The search for 'why'
Many questions remain in tragedy involving 'picture-perfect' family
The Browning family is shown at Deep Creek Lake, where they had a vacation home, around June 2006. Nicholas (top right) is accused of killing his parents, Tamara and John, and his two brothers, Benjamin (bottom left) and Gregory. (Handout photo / February 8, 2008)
Minutes before services started, the Rev. Bill Brown still didn't know what on earth he would say.
There has been a tragedy, he finally told the 100 or so people in the pews of Epworth United Methodist Church. And the victims were church members - John and Tammy Browning and their two youngest boys, all found dead in their Cockeysville home.
At this news, the congregation collectively gasped.
Brown made no mention of 15-year-old Nicholas, the Brownings' oldest son and a Sunday school regular, who had confessed to the killings. The teenager told the police, a source said, that one by one he had executed members of his family with his father's handgun while they slept and then returned to a friend's home to play Xbox.
The minister went on to preach about why such horrors happen, a question that hung in the air. Why this family? Why this community?
First, though, the congregation stood to sing Hymn 314.
It was called "In the Garden":
I'd stay in the garden with Him
'Tho the night around me be falling
Not far away, on the edge of the church property, was the prayer garden that Nick Browning had created in the fall as his Eagle Scout project. Nothing blooms there, though. The earth is covered with gravel. The cross - built into the ground - is made of concrete.
It was there Tuesday night, when families from Cockeysville and beyond gathered at County Home Park for a candlelight vigil. Sweatshirt hoods pulled over their heads, some of the children looked like monks praying on the muddy athletic field. Several boys brought their own candles - thick, stumpy ones that might well have been swiped from the dining room table. These stayed lit long after the slender white tapers supplied by organizers burned out.
Everyone wanted to know why Nick may have shot his family early last Saturday morning with John Browning's 9 mm Smith and Wesson, ditched the gun in the woods and then staged the discovery of the bodies that evening, in front of his friends. Parents and kids alike are still sifting through theories for something that makes sense.
The ease of text messages and Facebook chats have made the stories fly all the faster. Often, parents aren't aware of all that their kids are talking about, which only feeds the fears these killings have summoned. If a son can commit such a spectacular act of violence, can parents ever really know their children?

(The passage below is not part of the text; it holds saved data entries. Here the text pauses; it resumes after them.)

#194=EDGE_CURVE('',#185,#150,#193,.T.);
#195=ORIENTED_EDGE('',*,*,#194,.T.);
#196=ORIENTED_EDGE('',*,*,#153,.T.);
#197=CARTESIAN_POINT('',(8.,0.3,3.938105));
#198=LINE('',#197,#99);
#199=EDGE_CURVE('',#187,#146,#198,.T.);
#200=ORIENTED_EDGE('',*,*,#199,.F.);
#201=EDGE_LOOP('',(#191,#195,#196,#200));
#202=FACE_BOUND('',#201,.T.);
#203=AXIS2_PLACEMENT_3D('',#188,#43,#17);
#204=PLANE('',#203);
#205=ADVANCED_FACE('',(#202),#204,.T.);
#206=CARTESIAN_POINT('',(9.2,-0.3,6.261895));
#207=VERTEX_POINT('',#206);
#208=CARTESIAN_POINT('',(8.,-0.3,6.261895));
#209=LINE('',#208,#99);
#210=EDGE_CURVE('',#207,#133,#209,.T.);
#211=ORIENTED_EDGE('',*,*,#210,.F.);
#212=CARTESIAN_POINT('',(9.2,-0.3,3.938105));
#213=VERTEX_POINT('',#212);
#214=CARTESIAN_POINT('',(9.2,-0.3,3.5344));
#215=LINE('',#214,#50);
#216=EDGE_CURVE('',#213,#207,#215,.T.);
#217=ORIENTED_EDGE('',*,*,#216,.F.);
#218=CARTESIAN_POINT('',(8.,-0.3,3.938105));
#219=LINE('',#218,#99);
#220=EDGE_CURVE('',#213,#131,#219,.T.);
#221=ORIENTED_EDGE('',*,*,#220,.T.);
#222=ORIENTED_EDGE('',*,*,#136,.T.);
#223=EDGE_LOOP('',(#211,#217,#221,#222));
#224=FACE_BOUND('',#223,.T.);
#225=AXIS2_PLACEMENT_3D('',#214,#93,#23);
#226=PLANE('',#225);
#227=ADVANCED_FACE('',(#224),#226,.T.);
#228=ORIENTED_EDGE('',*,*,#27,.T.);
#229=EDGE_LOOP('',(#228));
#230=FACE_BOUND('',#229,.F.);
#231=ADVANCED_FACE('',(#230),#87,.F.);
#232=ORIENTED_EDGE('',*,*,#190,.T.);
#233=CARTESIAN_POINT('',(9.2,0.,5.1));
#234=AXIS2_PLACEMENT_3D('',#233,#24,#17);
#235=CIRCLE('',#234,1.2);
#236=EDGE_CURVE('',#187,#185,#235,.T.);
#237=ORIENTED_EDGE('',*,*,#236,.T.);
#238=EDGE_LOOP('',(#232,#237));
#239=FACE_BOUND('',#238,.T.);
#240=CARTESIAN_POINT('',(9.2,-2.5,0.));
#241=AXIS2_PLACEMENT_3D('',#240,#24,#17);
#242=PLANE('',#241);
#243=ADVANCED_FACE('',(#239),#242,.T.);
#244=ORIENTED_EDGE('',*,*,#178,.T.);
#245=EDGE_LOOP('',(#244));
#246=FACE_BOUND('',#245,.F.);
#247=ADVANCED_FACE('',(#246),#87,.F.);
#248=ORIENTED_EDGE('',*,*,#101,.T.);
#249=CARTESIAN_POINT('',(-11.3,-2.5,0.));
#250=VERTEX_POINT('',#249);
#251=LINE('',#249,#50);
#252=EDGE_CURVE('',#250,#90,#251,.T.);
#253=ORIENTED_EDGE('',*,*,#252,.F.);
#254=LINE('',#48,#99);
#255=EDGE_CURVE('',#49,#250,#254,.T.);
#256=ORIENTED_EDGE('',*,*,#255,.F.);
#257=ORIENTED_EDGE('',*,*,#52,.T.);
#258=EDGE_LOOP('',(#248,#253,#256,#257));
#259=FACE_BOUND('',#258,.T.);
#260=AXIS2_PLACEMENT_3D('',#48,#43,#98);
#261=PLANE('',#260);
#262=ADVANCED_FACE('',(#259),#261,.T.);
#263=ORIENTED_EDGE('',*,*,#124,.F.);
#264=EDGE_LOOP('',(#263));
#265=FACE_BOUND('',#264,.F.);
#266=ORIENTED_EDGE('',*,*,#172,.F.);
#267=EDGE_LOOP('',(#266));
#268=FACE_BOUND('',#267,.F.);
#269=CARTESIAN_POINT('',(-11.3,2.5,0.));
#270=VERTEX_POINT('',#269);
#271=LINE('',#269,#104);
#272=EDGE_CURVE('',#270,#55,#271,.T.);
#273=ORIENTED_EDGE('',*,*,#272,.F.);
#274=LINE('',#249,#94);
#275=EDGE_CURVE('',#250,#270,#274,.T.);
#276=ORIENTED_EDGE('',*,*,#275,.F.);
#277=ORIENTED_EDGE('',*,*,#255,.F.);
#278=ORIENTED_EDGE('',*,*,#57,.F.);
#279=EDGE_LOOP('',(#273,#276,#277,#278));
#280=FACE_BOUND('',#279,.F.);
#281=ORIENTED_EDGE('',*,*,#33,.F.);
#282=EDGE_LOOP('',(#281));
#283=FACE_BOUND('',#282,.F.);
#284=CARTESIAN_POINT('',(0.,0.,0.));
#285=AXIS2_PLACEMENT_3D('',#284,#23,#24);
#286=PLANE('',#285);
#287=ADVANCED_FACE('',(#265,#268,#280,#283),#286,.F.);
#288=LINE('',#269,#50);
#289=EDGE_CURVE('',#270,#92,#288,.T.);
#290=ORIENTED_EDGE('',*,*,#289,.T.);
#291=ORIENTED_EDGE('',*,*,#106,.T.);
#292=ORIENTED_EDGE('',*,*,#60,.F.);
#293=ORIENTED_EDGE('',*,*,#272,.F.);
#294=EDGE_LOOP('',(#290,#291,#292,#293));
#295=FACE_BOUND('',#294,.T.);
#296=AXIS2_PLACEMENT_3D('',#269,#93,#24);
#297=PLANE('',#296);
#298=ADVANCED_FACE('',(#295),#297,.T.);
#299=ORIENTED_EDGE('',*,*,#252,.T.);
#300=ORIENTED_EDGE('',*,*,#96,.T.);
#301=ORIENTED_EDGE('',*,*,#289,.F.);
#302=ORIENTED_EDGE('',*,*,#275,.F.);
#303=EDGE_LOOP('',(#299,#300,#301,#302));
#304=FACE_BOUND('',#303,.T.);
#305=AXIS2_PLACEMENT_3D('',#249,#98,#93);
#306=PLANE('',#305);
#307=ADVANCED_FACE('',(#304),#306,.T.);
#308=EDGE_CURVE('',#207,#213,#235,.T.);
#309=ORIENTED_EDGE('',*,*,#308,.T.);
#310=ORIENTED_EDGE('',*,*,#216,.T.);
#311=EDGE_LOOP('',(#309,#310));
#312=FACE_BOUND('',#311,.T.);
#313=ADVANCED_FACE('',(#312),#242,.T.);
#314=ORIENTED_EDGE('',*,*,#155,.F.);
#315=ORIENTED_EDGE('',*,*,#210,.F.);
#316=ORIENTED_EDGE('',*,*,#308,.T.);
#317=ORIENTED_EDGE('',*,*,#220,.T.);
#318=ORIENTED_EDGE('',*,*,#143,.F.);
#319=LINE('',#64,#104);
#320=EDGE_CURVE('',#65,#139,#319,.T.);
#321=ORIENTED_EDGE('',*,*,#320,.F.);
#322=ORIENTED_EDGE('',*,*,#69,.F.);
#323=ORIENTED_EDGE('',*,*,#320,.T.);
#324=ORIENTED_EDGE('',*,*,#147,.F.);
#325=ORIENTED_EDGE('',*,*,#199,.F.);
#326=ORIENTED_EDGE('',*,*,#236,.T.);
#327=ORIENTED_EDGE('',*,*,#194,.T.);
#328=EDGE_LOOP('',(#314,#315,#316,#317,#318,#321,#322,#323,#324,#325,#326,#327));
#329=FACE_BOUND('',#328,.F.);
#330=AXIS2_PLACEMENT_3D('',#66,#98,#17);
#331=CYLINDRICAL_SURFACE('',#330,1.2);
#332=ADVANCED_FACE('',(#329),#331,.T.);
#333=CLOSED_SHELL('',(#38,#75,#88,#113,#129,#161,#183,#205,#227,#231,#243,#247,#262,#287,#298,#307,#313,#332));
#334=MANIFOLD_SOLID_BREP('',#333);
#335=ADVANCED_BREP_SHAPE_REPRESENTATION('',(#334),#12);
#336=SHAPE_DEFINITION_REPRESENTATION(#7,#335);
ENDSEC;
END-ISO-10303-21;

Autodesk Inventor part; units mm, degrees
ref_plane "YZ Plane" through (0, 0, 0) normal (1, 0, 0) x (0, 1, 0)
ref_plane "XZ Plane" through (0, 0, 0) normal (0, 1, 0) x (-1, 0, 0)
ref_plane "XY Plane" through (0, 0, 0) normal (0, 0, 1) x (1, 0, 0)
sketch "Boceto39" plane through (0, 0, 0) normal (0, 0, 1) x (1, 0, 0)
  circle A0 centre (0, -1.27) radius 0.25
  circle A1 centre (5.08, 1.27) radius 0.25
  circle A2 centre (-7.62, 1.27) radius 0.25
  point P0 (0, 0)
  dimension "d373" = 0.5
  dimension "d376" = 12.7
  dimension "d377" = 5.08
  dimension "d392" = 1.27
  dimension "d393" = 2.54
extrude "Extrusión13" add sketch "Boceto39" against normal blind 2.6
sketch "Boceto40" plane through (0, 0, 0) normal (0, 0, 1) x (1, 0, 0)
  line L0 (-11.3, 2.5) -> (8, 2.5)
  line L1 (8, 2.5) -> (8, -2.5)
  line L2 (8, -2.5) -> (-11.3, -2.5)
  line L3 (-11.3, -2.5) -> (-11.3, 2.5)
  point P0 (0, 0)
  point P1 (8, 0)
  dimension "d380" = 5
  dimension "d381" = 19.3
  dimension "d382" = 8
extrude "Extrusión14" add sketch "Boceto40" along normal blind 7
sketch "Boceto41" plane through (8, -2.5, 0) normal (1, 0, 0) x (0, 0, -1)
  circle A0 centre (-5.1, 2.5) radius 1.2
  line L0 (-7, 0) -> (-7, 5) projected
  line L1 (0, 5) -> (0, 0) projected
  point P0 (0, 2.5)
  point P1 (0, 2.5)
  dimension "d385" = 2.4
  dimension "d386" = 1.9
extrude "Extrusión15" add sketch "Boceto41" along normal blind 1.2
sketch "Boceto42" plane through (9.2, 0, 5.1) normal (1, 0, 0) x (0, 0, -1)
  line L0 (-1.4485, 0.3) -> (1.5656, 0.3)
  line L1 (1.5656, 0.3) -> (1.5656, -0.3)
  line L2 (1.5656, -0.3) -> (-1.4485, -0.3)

To many, Nick Browning appeared to be a well-adjusted boy. Tall and athletic, he was on his high school's varsity golf team, a leader of Boy Scout Troop 328 and an honors student who played the cello.
"In our class he was the biggest kid and the nicest kid at the same time," said Brent Burton, who went to middle school with Nick and still kept tabs on him through Facebook. "He was pretty funny, too."
Nick was playing video games at a friend's house late last Friday night and into Saturday morning when he told the other kids he had to leave - something to do with his car, a source with knowledge of the investigation said.
In his confession, Nick told the police he walked nearly three miles back to his parent's large Colonial-style home, where his father was sleeping on the couch. Nick said he retrieved his father's gun, and shot him in the head, the source said. Then he went upstairs where his mother, Tamara, and two younger brothers, 14-year-old Gregory and 11-year-old Benjamin, were sleeping, and allegedly shot them all.
Nick tried to mask the scene as a botched burglary, the source said. When the police arrived, they found Tamara Browning's jewelry box on the floor and the family's video game console and other electronics stacked near the door.